Three years later, Obama has realized Dean’s vision, winning five states that had been in the Republican column for the past two election cycles and coming close in a handful of other such states. And though he’s received almost none so far, Dean deserves a good deal of the credit.

In Indiana, the 50-state strategy gave the state Democratic Party enough money to nearly double the size of its staff by hiring a full-time communications director and three field directors. That infrastructure not only helped the Democrats defeat three Republican lawmakers in 2006, it also gave the Obama camp a big leg up when it began organizing the state in earnest last spring. “Laying the foundation for what’s happening now all occurred during 2006,” Indiana Democratic Party Chairman Dan Parker said just before Election Day. “Democrats at the national level didn’t think they could win here before that.”

In North Carolina, which at press time was still too close to call, the state Democratic Party used its new DNC windfall to hire regional political directors who developed strategic plans with every county chairman in the state for the first time.

Last summer, the Obama campaign began supplementing that network with hundreds of its own workers. In previous years, that grass-roots army would have been starting from scratch just a few months out from Election Day. “Local party leaders are always skeptical whenever the national party comes down in the last minute and says, ‘This is the way it’s going to be,’” state Democratic Party Chairman Jerry Meek said. “The regional political directors have become permanent intermediaries between local leaders and the national party, so that hostility toward outsiders no longer exists.”

Even before the presidential race, Meek saw the rewards of a beefed-up staff, as Democrats widened their majorities in the state Legislature and picked up sheriff and county commissioner spots in traditionally Republican western North Carolina in 2006. That has made it easier for the state party to field candidates in other Republican- dominated areas. It helps explain how Democratic state Sen. Kay Hagan was able to handily defeat North Carolina Sen.

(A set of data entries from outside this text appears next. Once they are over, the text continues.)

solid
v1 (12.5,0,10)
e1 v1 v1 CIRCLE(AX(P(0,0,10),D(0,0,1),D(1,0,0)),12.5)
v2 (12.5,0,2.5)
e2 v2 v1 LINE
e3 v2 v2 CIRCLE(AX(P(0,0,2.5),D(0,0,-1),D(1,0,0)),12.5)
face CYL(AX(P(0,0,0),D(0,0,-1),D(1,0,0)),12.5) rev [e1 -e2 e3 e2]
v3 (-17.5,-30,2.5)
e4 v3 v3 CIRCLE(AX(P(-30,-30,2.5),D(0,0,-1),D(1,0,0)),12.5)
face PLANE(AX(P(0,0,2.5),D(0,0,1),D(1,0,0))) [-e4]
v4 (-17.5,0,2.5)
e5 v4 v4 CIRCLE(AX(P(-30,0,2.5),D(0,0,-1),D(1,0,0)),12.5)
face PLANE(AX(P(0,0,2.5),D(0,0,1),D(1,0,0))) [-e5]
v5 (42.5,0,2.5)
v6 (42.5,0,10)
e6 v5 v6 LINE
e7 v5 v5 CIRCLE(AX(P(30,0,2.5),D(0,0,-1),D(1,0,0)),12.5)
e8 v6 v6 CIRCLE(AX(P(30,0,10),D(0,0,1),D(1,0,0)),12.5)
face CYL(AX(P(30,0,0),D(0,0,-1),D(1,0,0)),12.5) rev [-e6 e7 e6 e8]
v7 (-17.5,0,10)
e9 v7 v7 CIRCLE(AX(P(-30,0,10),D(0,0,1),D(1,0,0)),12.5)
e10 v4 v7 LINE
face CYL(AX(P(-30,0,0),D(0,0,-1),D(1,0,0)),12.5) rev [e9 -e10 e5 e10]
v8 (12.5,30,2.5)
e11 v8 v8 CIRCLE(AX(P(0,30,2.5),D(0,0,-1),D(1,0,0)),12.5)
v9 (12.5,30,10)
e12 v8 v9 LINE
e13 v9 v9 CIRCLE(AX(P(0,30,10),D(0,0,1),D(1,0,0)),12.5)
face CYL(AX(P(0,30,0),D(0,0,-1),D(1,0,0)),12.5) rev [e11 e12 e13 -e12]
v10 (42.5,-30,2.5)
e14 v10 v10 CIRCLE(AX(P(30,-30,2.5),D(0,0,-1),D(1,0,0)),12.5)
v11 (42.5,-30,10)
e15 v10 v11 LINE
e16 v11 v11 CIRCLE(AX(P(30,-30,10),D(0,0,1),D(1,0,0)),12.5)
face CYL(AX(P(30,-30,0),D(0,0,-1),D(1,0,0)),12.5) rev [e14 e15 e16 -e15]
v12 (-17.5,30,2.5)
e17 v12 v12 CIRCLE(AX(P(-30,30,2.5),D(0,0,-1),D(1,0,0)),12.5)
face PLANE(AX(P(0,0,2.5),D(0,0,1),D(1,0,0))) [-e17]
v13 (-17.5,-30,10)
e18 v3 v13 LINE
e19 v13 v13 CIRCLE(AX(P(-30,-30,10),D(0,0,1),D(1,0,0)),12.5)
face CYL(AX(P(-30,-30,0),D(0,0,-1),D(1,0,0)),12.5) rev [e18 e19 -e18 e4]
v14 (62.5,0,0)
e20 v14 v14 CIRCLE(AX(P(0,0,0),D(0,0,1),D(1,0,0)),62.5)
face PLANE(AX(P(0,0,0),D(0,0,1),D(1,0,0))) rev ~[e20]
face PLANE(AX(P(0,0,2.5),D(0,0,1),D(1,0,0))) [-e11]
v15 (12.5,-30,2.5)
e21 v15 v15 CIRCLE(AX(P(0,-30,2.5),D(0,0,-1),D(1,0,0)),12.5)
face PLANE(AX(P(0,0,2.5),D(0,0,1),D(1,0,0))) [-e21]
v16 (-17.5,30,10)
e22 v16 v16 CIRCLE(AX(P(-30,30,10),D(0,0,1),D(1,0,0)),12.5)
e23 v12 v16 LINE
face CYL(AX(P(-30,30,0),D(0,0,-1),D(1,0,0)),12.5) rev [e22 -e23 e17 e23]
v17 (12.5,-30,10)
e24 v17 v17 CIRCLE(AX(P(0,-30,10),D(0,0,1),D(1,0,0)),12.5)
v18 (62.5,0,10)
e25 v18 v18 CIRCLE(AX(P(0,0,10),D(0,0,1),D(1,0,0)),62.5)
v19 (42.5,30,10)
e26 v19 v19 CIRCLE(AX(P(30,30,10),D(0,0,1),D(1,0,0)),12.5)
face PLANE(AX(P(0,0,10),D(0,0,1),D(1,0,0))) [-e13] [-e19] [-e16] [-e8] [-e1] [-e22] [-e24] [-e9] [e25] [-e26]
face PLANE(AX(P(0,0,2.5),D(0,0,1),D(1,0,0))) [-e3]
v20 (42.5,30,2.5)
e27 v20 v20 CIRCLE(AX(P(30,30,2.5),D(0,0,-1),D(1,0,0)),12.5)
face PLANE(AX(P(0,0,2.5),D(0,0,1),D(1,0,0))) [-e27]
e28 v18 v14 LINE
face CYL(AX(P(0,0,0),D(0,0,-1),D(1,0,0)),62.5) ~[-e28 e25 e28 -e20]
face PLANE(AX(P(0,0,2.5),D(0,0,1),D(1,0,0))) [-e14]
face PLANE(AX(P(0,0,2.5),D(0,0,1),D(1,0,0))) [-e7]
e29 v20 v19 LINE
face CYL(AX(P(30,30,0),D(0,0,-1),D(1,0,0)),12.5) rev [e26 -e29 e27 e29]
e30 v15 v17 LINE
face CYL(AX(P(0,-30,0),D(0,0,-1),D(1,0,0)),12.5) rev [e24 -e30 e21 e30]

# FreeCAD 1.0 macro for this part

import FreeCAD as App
import Part
import Sketcher
Q = App.Units.Quantity

doc = App.newDocument("Part")
body = doc.addObject("PartDesign::Body", "Body")

sketch1 = body.newObject("Sketcher::SketchObject", "Sketch")
sketch1.AttachmentSupport = (doc.getObject("XY_Plane"), [""])
sketch1.MapMode = "FlatFace"
sketch1.addGeometry(Part.Circle(App.Vector(0, 0, 0), App.Vector(0, 0, 1), 62.5), False)
sketch1.addGeometry(Part.Circle(App.Vector(-30, -30, 0), App.Vector(0, 0, 1), 12.5), False)
sketch1.addGeometry(Part.Circle(App.Vector(0, -30, 0), App.Vector(0, 0, 1), 12.5), False)
sketch1.addGeometry(Part.Circle(App.Vector(30, -30, 0), App.Vector(0, 0, 1), 12.5), False)
sketch1.addGeometry(Part.Circle(App.Vector(-30, 0, 0), App.Vector(0, 0, 1), 12.5), False)
sketch1.addGeometry(Part.Circle(App.Vector(-30, 30, 0), App.Vector(0, 0, 1), 12.5), False)
sketch1.addGeometry(Part.Circle(App.Vector(0, 0, 0), App.Vector(0, 0, 1), 12.5), False)
sketch1.addGeometry(Part.Circle(App.Vector(30, 0, 0), App.Vector(0, 0, 1), 12.5), False)
sketch1.addGeometry(Part.Circle(App.Vector(0, 30, 0), App.Vector(0, 0, 1), 12.5), False)
sketch1.addGeometry(Part.Circle(App.Vector(30, 30, 0), App.Vector(0, 0, 1), 12.5), False)
sketch1.addConstraint(Sketcher.Constraint("Coincident", 0, 3, -1, 1))
sketch1.addConstraint(Sketcher.Constraint("Coincident", 6, 3, -1, 1))
sketch1.addConstraint(Sketcher.Constraint("Equal", 1, 2))
sketch1.addConstraint(Sketcher.Constraint("Equal", 2, 3))
sketch1.addConstraint(Sketcher.Constraint("Equal", 3, 4))
sketch1.addConstraint(Sketcher.Constraint("Equal", 4, 5))
sketch1.addConstraint(Sketcher.Constraint("Equal", 5, 6))
sketch1.addConstraint(Sketcher.Constraint("Equal", 6, 7))
sketch1.addConstraint(Sketcher.Constraint("Equal", 7, 8))
sketch1.addConstraint(Sketcher.Constraint("Equal", 8, 9))
sketch1.addConstraint(Sketcher.Constraint("Symmetric", 3, 3, 5, 3, -1, 1))
sketch1.addConstraint(Sketcher.Constraint("Symmetric", 4, 3, 7, 3, -1, 1))
sketch1.addConstraint(Sketcher.Constraint("Symmetric", 2, 3, 8, 3, -1, 1))
sketch1.addConstraint(Sketcher.Constraint("Symmetric", 1, 3, 9, 3, -1, 1))
sketch1.addConstraint(Sketcher.Constraint("Symmetric", 1, 3, 3, 3, -2))
sketch1.addConstraint(Sketcher.Constraint("PointOnObject", 2, 3, -2))
sketch1.addConstraint(Sketcher.Constraint("PointOnObject", 4, 3, -1))
sketch1.addConstraint(Sketcher.Constraint("Horizontal", 1, 3, 2, 3))
sketch1.addConstraint(Sketcher.Constraint("Vertical", 1, 3, 4, 3))
sketch1.addConstraint(Sketcher.Constraint("Diameter", 0, Q("125 mm")))
sketch1.addConstraint(Sketcher.Constraint("Diameter", 1, Q("25 mm")))
sketch1.addConstraint(Sketcher.Constraint("DistanceX", 1, 3, -1, 1, Q("30 mm")))
sketch1.addConstraint(Sketcher.Constraint("DistanceY", 1, 3, -1, 1, Q("30 mm")))
pad1 = body.newObject("PartDesign::Pad", "Pad")
pad1.Profile = sketch1
pad1.Length = 10

sketch2 = body.newObject("Sketcher::SketchObject", "Sketch001")
sketch2.AttachmentSupport = (doc.getObject("XY_Plane"), [""])
sketch2.MapMode = "FlatFace"
sketch2.addGeometry(Part.Circle(App.Vector(0, 0, 0), App.Vector(0, 0, 1), 62.5), False)
sketch2.addConstraint(Sketcher.Constraint("Coincident", 0, 3, -1, 1))
sketch2.addConstraint(Sketcher.Constraint("Diameter", 0, Q("125 mm")))
pad2 = body.newObject("PartDesign::Pad", "Pad001")
pad2.Profile = sketch2
pad2.Length = 2.5

doc.recompute()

Elizabeth Dole (R) this week.

“I didn’t think there was ever any question that the 50-state strategy was going to pay off,” Meek said. “The surprise is that it’s paying off so fast.”

The 50-state strategy did more than fatten state party payrolls. After fixing the DNC’s glitch-plagued voter file, Dean opened it to state parties free of charge and insisted they learn to use it, sending holdouts to remedial training in Cleveland. “We got technology that predicted with 85 percent certainty how someone would vote based on their credit card [purchases],” Dean said. “The Republicans had that for years.”

Dean is reluctant to take credit for Obama’s red-state victories. “The reasons why we’re doing well in these states has more to do with him than with me,” he said in an interview just before Election Day. “It was fortuitous that we complemented each other … you have someone running the party with a 50-state strategy and a candidate with the ability to appeal across a lot of the lines that the Republicans drew in America.”

Indeed, most of Obama’s success in the red states is his own. His grass-roots forces ultimately dwarfed the DNC organizing effort, and his message was designed to transcend the partisan divide. But that’s just evidence that Dean’s 50-state strategy, once widely derided as a costly diversion, is on its way to becoming party orthodoxy.

Emanuel and Carville declined to comment.

Dan Gilgoff is politics editor at Beliefnet.com, where he writes the God-o-Meter blog.